都と味真野とに離れ離れになり、お互いが相手の事を思いやりつつも、目の前にはいない、三七六七歌にあるように「魂は・・・賜ふれど我が胸痛し恋の繁きに」とあるように「辛苦」「痛み」「不安」を伴うのである。
動詞の「恋ふ」は、目の前に無いものを求めるあがきであった。それ故に直接的な助詞「を」でなく「に」を用いることからも「恋」の性格がクリアになってくる。
三七六七歌の「恋の繁き」は、万葉仮名では「古非能之氣吉」、三七六八歌の「恋のみしつつ」は「古非能未之都ゝ」と書かれている。

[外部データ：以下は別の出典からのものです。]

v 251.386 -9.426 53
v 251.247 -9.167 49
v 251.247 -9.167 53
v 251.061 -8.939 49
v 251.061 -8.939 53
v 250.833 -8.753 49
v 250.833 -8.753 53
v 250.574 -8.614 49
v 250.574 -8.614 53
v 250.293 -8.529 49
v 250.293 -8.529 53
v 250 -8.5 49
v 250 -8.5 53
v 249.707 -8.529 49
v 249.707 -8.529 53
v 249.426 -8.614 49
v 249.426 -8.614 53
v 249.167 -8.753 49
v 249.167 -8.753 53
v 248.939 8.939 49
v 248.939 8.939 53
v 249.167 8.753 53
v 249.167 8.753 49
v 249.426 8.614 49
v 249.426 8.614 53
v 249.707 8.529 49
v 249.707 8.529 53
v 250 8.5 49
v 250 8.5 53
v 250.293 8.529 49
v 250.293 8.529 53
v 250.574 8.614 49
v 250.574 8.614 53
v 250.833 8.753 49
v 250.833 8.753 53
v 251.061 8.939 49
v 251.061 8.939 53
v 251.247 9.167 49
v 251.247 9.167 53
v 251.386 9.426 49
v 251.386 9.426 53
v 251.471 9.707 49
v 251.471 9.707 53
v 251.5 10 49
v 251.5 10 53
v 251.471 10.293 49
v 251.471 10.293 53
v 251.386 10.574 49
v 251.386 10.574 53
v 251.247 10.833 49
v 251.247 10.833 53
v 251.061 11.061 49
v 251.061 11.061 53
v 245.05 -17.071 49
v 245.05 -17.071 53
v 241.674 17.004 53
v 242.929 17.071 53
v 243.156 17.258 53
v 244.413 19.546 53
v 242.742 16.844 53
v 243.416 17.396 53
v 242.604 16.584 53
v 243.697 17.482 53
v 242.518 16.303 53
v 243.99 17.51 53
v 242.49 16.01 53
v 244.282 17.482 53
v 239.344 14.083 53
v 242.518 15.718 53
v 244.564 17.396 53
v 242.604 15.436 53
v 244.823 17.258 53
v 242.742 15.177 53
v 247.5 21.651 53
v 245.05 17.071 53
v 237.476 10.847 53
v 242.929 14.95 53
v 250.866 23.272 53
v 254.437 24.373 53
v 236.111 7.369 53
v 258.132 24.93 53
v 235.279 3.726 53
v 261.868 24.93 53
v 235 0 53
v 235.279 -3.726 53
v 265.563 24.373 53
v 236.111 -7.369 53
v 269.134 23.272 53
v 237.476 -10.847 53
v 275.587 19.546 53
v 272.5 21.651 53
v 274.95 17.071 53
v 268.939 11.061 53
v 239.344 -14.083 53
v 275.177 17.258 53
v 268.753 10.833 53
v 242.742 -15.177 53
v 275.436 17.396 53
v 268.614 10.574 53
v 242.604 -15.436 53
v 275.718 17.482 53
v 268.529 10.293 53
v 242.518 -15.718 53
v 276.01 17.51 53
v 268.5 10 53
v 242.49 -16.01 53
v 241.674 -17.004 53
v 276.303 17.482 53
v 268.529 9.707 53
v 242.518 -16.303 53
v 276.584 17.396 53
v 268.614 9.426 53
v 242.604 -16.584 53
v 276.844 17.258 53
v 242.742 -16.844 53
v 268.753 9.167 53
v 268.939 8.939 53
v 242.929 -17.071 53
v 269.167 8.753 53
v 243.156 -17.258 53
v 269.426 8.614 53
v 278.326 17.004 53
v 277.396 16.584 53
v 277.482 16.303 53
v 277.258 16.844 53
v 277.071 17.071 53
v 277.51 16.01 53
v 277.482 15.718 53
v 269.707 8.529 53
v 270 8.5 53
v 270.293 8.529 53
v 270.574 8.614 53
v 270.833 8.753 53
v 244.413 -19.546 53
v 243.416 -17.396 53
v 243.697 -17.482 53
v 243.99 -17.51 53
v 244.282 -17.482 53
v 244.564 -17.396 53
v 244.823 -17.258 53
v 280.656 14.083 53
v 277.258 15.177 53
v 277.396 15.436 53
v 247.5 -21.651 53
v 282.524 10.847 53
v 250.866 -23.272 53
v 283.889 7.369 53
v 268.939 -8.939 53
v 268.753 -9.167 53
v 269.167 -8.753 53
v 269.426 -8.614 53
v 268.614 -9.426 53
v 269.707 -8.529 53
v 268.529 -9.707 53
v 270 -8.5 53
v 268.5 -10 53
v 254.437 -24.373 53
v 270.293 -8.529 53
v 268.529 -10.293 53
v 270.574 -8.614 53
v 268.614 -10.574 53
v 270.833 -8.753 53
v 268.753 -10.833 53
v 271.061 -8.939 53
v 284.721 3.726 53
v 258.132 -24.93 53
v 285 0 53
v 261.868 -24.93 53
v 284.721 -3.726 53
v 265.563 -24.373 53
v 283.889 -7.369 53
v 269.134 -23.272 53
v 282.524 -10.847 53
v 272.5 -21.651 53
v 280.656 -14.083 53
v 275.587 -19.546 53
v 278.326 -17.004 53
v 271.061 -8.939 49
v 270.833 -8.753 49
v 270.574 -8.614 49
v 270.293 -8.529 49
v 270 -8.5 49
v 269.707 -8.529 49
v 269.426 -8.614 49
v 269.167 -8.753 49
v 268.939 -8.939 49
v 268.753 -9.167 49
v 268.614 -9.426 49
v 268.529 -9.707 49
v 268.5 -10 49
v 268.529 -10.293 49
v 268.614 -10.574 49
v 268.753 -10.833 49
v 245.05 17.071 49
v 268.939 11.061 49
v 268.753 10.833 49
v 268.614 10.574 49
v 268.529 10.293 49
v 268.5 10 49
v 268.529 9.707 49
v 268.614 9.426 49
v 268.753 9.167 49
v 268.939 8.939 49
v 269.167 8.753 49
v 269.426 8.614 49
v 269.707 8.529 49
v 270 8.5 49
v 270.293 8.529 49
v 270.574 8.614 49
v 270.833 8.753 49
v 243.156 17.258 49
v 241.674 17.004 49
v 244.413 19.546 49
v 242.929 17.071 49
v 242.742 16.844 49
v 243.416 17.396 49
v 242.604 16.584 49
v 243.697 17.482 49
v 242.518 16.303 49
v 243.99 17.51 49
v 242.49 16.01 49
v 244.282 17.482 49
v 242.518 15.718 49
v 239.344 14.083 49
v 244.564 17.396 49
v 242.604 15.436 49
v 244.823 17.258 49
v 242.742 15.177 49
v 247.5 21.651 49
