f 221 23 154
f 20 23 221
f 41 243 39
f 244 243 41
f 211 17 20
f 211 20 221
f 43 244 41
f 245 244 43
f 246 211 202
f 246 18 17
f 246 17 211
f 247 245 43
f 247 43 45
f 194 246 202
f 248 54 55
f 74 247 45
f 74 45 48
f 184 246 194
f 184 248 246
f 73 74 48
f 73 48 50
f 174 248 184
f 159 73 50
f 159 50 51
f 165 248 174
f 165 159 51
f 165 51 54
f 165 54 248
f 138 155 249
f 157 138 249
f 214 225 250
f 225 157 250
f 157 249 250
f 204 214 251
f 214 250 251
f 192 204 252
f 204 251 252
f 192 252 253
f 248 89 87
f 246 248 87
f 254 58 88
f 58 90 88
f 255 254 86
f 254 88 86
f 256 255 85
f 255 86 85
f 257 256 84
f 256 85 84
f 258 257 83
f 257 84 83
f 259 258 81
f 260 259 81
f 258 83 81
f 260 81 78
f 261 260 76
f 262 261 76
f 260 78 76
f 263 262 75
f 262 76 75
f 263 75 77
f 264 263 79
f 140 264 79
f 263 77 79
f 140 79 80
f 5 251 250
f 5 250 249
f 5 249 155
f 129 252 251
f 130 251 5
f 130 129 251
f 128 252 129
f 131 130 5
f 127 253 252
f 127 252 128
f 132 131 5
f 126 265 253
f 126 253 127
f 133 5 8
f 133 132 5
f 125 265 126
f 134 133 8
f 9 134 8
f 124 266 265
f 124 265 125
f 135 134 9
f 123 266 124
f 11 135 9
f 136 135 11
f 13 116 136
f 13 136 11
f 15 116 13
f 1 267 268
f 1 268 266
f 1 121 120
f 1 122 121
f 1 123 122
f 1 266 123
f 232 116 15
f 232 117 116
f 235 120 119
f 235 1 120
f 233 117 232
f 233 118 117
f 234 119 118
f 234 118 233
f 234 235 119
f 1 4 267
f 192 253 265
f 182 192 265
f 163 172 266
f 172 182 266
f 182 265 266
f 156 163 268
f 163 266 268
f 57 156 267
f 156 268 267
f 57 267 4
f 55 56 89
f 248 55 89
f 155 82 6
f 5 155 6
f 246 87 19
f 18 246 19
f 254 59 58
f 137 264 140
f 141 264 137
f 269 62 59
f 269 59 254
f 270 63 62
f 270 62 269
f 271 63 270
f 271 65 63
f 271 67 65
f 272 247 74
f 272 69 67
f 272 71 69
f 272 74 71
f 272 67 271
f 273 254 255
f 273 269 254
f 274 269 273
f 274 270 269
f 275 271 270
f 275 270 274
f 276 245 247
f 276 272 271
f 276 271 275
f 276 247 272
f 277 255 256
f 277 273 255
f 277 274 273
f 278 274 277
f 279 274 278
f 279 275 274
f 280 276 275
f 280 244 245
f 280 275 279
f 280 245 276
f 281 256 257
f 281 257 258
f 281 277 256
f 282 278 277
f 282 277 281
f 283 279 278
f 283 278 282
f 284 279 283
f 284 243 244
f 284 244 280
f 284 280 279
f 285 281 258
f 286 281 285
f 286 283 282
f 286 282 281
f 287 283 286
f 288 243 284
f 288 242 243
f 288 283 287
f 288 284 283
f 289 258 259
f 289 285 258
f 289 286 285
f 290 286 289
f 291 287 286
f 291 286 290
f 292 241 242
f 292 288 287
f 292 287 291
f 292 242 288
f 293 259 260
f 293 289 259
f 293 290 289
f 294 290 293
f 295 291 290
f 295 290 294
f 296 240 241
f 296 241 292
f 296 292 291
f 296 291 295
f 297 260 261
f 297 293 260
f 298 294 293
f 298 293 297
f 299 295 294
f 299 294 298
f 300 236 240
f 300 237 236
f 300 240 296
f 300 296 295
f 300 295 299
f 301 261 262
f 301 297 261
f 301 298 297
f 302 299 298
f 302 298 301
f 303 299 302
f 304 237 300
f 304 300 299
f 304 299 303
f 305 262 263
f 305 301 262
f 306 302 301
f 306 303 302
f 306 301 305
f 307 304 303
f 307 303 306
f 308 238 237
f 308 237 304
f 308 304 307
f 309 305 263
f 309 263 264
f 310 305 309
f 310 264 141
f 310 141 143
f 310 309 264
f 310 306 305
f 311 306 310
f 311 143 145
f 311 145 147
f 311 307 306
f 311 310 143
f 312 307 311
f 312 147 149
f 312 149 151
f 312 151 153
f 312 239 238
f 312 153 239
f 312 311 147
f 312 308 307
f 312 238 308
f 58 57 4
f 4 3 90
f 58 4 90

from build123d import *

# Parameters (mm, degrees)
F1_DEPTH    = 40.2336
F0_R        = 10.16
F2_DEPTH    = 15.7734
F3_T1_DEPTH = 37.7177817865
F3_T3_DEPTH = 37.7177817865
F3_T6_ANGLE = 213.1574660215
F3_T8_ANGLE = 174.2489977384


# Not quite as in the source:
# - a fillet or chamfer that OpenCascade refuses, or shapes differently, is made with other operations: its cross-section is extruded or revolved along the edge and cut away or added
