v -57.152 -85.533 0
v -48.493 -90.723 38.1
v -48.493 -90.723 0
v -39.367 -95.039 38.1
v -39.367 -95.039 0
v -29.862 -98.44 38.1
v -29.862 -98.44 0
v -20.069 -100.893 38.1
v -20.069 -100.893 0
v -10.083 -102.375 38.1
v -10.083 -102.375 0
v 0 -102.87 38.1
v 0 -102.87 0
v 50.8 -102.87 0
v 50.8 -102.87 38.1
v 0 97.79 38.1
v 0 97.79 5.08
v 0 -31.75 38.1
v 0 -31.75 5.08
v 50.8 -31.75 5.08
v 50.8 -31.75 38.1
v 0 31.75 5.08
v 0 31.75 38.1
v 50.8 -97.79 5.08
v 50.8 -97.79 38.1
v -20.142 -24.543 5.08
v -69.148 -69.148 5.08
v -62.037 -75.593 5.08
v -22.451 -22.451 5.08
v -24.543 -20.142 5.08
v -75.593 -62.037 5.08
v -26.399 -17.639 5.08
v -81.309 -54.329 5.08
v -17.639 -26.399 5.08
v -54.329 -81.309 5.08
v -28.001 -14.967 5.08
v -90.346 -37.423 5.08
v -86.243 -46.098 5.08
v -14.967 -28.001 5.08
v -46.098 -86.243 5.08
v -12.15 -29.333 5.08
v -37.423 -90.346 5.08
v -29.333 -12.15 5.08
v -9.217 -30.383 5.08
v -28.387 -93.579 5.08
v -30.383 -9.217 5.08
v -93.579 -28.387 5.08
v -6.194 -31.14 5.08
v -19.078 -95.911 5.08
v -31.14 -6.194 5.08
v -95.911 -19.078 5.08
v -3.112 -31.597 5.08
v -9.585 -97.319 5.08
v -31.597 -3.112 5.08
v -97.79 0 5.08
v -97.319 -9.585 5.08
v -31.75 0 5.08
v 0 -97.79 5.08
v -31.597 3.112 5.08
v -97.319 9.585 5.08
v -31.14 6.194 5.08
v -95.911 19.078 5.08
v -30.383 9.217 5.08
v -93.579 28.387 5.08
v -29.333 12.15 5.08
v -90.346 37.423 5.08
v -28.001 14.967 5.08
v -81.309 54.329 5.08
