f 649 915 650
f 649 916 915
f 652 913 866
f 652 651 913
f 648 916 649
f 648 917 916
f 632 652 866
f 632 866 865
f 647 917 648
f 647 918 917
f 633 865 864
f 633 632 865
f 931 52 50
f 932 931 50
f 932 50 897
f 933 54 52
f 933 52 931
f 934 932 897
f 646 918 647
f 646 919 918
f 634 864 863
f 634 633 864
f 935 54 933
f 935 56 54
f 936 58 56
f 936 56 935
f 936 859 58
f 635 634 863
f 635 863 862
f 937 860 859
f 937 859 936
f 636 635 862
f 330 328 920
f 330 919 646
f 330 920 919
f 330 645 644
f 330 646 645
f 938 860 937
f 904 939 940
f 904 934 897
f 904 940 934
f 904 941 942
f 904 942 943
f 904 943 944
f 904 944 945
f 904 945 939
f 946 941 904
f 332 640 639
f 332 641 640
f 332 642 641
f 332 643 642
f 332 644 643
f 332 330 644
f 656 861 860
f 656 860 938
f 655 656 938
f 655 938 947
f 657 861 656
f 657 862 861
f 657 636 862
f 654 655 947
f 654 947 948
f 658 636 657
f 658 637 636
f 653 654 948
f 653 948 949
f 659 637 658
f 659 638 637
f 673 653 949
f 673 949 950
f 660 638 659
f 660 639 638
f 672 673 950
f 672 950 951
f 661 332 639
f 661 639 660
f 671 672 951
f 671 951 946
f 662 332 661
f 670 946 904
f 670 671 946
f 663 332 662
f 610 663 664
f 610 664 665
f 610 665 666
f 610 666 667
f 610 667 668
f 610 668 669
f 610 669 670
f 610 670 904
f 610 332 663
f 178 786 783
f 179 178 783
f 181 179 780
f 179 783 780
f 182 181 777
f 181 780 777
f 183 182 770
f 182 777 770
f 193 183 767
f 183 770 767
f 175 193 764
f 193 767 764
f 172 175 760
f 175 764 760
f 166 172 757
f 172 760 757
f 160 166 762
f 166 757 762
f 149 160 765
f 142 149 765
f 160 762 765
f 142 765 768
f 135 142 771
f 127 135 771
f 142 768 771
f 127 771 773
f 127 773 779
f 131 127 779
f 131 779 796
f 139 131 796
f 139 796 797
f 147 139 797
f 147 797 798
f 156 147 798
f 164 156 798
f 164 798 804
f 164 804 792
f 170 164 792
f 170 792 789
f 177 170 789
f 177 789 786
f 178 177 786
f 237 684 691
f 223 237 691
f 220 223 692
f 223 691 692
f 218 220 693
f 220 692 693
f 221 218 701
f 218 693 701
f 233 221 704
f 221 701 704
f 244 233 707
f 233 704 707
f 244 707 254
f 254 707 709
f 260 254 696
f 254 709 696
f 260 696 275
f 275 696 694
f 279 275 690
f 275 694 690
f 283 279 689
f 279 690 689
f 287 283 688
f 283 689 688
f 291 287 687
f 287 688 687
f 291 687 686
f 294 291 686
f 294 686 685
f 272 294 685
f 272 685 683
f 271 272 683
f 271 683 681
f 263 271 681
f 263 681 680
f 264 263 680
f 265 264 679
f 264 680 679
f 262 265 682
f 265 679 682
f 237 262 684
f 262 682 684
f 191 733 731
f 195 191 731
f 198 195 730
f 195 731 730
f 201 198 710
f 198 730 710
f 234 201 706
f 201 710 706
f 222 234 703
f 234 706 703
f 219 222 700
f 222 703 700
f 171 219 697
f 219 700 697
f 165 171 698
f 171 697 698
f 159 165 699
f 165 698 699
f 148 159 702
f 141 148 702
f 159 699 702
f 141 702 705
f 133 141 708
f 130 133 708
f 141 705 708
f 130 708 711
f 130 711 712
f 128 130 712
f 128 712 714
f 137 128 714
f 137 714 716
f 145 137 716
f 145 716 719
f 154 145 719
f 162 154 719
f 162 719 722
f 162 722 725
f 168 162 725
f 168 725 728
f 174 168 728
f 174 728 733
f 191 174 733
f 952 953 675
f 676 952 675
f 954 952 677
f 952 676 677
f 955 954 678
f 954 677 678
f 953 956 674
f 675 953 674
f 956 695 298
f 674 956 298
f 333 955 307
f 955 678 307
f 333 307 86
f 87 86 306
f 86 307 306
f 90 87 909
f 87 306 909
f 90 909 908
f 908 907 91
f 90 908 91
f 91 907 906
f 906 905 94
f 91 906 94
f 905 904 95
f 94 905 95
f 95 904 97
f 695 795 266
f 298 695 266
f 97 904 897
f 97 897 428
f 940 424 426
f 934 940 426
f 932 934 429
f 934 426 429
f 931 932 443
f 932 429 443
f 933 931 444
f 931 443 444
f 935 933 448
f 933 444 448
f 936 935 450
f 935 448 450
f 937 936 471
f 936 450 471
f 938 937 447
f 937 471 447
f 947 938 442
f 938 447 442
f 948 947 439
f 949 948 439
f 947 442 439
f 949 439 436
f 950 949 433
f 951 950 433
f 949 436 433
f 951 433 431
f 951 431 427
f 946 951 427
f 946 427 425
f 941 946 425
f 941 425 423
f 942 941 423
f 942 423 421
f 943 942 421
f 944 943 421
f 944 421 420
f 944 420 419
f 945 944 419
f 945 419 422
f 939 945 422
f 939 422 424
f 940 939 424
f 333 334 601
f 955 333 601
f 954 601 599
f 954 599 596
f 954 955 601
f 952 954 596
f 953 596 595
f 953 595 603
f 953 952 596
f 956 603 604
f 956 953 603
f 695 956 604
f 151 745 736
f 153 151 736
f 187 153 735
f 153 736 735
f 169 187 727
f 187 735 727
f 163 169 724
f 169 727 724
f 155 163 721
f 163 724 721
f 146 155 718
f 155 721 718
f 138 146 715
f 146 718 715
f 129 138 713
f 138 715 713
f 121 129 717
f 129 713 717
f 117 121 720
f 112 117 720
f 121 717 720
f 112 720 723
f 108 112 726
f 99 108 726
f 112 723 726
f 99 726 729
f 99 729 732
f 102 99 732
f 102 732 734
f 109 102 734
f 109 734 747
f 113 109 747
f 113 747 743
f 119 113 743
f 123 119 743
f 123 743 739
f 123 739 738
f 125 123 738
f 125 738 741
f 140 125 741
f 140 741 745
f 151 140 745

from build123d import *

六十三首から「恋」の表記を洗い出してみよう。動詞の「恋ふ」も含めた。
(注)こふ【恋ふ】他動詞:心が引かれる。慕い思う。なつかしく思う。(異性を)恋い慕う。恋する。(学研) ⇒注意:「恋ふ」対象は人だけでなく、物や場所・時の場合もある(学研)
三七二六歌「恋ひつつも」⇒「古非都追母」
三七三七歌「恋もなく」⇒「故悲毛奈久」
三七三九歌「恋ひむと」⇒「古非牟等」
三七四二歌「恋ひ居らむ」⇒「古非乎良牟」
三七四四歌「恋ふるに」⇒「古布流尓」
三七四七歌「恋ひ死なぬとに」⇒「古非之奈奴刀尓」
三七四八歌「恋ひ死なぬとに」⇒「古非之奈奴刀尓」
三七四九歌「恋ひ居らむ」⇒「故非乎良牟」
三七五〇歌「恋ふらむ」⇒「故布良牟」
三七五二歌「恋ひつつ」⇒「古非都ゝ」
三七六七歌「恋の繁き」⇒「古非能之氣吉」
三七六八歌「恋のみしつつ」⇒「古非能未之都ゝ」
三七八〇歌「恋ひ死なば恋ひも死ねとや」⇒「古非之奈婆古悲毛之祢等也」
三七八一歌「恋ひまさる」⇒「古悲麻左流」
三七八三歌「恋ふれば」⇒「古布礼婆」
「恋」の仮名表記は、「古非」「故非」「古悲」「故悲」、「恋ふ」は「古布」である。
巻十五の「遣新羅使」の歌群や「宅守・娘子」の歌群は、歌による「実録」のこころみであり、実録風を表す必要性が強く、一字一音主義が貫かれていると考えられている。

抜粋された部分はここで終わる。